ChEMBL blog

A sort of H-index for the coverage of bioactivity databases
26 Aug 2013

After a long time out of the office on summer holiday, I'm just sorting out my satchel, uniform and pencil case for the autumn term. I've missed being in the office, and I've missed my group and colleagues. I've had time to think of some ideas, some bad, and some potentially useful - the group are pretty good at sorting out into the relevant piles.

So here's a little idea about quantifying the coverage/diversity of the contents of a bioactivity database (like ChEMBL, but also the internal knowledge of a company in it's screening and lead optimisation programs, etc). Essentially, it's applying the H-index, regularly used for citation analysis to bioassay results. There's a lot of criticism of the H-index in it's use of comparing researchers, and plenty of problems in cross-field comparison, but that is not for here. However, the H-index is a pretty robust statistic capturing the structure of a frequency-class distribution.

In the context of bioassay data, the H-index (well lets call it the Ch-index and Ass-index from now on to avoid confusion), can capture the number of bioassays data-points for a set of compounds, or the number of compounds screened across a set of bioassays. Probably best illustrated with a series of pictures of hypothetical bioactivity matrices - a red cell indicates the presence of a measured bioactivity - the columns are assays, the rows are compounds.

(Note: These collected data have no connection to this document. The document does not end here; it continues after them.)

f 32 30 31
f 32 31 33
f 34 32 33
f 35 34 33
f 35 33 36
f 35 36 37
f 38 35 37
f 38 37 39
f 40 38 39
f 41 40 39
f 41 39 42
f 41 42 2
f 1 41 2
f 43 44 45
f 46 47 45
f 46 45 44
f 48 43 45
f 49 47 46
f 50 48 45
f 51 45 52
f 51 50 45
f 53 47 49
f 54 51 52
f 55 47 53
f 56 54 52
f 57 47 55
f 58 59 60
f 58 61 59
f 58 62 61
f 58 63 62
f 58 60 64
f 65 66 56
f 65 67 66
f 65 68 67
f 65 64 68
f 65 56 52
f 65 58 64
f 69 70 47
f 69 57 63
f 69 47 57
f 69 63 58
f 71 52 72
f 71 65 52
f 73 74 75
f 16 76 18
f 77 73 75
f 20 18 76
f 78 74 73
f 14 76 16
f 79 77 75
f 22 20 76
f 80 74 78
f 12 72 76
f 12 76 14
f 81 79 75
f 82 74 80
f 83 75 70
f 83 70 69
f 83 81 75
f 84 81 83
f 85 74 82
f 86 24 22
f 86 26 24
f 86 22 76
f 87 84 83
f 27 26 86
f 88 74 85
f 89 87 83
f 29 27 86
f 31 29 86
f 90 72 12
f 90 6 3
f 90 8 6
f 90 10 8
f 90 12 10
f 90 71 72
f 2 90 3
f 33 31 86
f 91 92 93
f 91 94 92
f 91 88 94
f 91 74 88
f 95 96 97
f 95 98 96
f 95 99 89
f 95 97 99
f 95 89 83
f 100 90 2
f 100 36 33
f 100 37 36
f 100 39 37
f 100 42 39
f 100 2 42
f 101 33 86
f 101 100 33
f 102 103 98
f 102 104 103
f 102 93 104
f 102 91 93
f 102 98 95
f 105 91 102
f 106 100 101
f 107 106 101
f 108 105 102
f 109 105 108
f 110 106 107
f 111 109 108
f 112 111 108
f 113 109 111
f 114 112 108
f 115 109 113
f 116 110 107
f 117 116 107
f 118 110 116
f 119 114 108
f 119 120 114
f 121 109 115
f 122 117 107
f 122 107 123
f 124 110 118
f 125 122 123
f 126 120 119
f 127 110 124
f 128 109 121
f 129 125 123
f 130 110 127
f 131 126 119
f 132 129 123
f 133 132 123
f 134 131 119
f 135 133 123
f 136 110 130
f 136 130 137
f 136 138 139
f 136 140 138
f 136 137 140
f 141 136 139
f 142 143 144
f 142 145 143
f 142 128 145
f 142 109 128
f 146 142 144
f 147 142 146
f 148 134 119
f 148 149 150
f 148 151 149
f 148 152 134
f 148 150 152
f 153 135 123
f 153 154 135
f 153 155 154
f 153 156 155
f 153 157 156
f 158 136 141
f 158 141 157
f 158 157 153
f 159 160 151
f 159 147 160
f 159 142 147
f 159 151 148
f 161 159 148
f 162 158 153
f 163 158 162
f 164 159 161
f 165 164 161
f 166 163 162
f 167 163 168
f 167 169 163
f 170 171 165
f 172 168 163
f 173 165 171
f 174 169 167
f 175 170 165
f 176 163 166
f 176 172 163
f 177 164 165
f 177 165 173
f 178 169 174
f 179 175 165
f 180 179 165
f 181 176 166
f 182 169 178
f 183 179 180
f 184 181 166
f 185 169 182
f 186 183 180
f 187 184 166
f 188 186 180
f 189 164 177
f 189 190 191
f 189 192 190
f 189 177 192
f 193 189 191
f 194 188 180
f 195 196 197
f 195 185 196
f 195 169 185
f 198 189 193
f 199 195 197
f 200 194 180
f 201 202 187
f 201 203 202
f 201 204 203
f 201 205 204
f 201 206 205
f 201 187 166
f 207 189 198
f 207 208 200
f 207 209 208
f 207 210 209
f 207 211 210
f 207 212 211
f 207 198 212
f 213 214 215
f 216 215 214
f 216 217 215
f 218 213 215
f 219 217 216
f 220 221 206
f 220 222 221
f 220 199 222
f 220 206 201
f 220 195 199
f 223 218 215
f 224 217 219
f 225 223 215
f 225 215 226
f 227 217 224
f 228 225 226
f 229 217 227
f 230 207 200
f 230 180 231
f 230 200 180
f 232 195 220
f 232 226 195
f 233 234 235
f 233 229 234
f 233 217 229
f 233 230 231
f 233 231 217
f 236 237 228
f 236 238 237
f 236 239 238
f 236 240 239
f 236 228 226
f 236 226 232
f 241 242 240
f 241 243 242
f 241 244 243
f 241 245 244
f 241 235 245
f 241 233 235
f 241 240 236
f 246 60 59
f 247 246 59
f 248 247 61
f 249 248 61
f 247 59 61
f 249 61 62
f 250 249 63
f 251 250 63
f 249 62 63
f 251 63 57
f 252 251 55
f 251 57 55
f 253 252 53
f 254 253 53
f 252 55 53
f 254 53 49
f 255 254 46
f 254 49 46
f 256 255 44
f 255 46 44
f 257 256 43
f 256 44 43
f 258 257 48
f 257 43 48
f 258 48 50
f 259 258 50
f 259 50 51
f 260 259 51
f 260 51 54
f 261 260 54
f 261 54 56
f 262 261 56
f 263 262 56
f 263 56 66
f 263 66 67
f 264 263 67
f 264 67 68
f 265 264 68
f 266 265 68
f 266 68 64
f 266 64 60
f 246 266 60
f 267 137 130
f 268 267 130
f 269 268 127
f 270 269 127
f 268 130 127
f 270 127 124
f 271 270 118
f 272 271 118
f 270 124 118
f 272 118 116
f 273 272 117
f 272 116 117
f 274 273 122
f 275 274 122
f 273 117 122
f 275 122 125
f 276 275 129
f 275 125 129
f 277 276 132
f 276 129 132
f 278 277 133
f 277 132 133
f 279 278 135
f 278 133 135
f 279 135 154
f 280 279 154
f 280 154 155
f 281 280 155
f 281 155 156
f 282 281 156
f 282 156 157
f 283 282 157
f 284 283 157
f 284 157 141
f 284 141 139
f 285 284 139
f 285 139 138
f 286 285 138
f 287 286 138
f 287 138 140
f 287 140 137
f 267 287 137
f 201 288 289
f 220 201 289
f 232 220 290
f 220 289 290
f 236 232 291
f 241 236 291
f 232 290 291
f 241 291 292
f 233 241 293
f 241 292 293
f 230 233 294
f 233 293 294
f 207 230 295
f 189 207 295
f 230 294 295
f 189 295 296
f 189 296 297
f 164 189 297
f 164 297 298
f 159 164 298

So here is high-throughput screen - a single assay, with a large number of tested compounds.

And here is a broad-profiling of a single compound.

Here is a sparse matrix, essentially full of cherry picked bioassay datapoints of one compound in one assay - there's very little SAR data within this set (so allowing the exploration of differences within an assay or compound series), and so building predictive models, and whole bunch of other stuff that one would want to do is difficult.

Imagine some more experiments (profiling) are done on this set of assays/compounds, and you end up with a matrix such as the following. You can see there's now blocks of data, and stripes (both columns and rows) A row is a compound run across multiple assays, and a column is an assay with multiple compounds tested. Of course, the axes can be ordered to maximise the 'blockiness' of the view of the data.

Here is after some more assays are run, the Ch- and Ass-index will both increase further. The data becomes more useful, since it is likely that a larger number of queries one would want to make would be actually already known, and for the missing ones, one would assume that better predictive models could be built.

Finally, complete knowledge, everything becomes a simple lookup, assuming the data is accurate (etc.).

So as one goes through this progression of filling in the matrix (and expense incurred) the Ch- and Ass-indices both get larger. For the above, the possible 'space' has been confined, but of course, new compounds are made all the time, and new bioassays are developed all the time, the total possible space increases.

There are also some interesting features to the above; imagine collapsing data across assays for orthologues - if you assume that mouse, and dog, and human and zebra activities for a given target are all pretty much the same, you don't really 'value' an extra species added to the matrix. You can however go further, and collapse across protein families (for example pfam domains), to get an idea of total target class diversity. Similarly, it's possible to index/cluster compounds by shared scaffolds/chemotypes, and one can imagine the exploration of a series of 'lenses', that allow one to view coverage from a sets of different perspective.

So how does this map on to the real world?

ChEMBL classic (for want of a better phrase) is like the 4th matrix in the series above, largely a set of stripe- and some block-like structures around a chemical series (since chemists typically explore the chemical space around a lead in optimisation) and screen against related targets. ChEMBL depositions, such as the great GSK PKIS sets, are larger blocks, more comprehensive profiling of a set of compounds across a set of assays. PubChem Bioassay - specifically the output of the NIH MLP, is 'complete' for a relatively small set of assays, but for compounds that are within the set diverse.

Finally - Ass-index is probably not the best acronym.

jpo
Removal of Metal-Containing Compounds
19 Aug 2013

Further to my post a few months ago (To Remove or Not to Remove) about removing certain problem metal-containing compounds, we have now come up with a plan of what to do.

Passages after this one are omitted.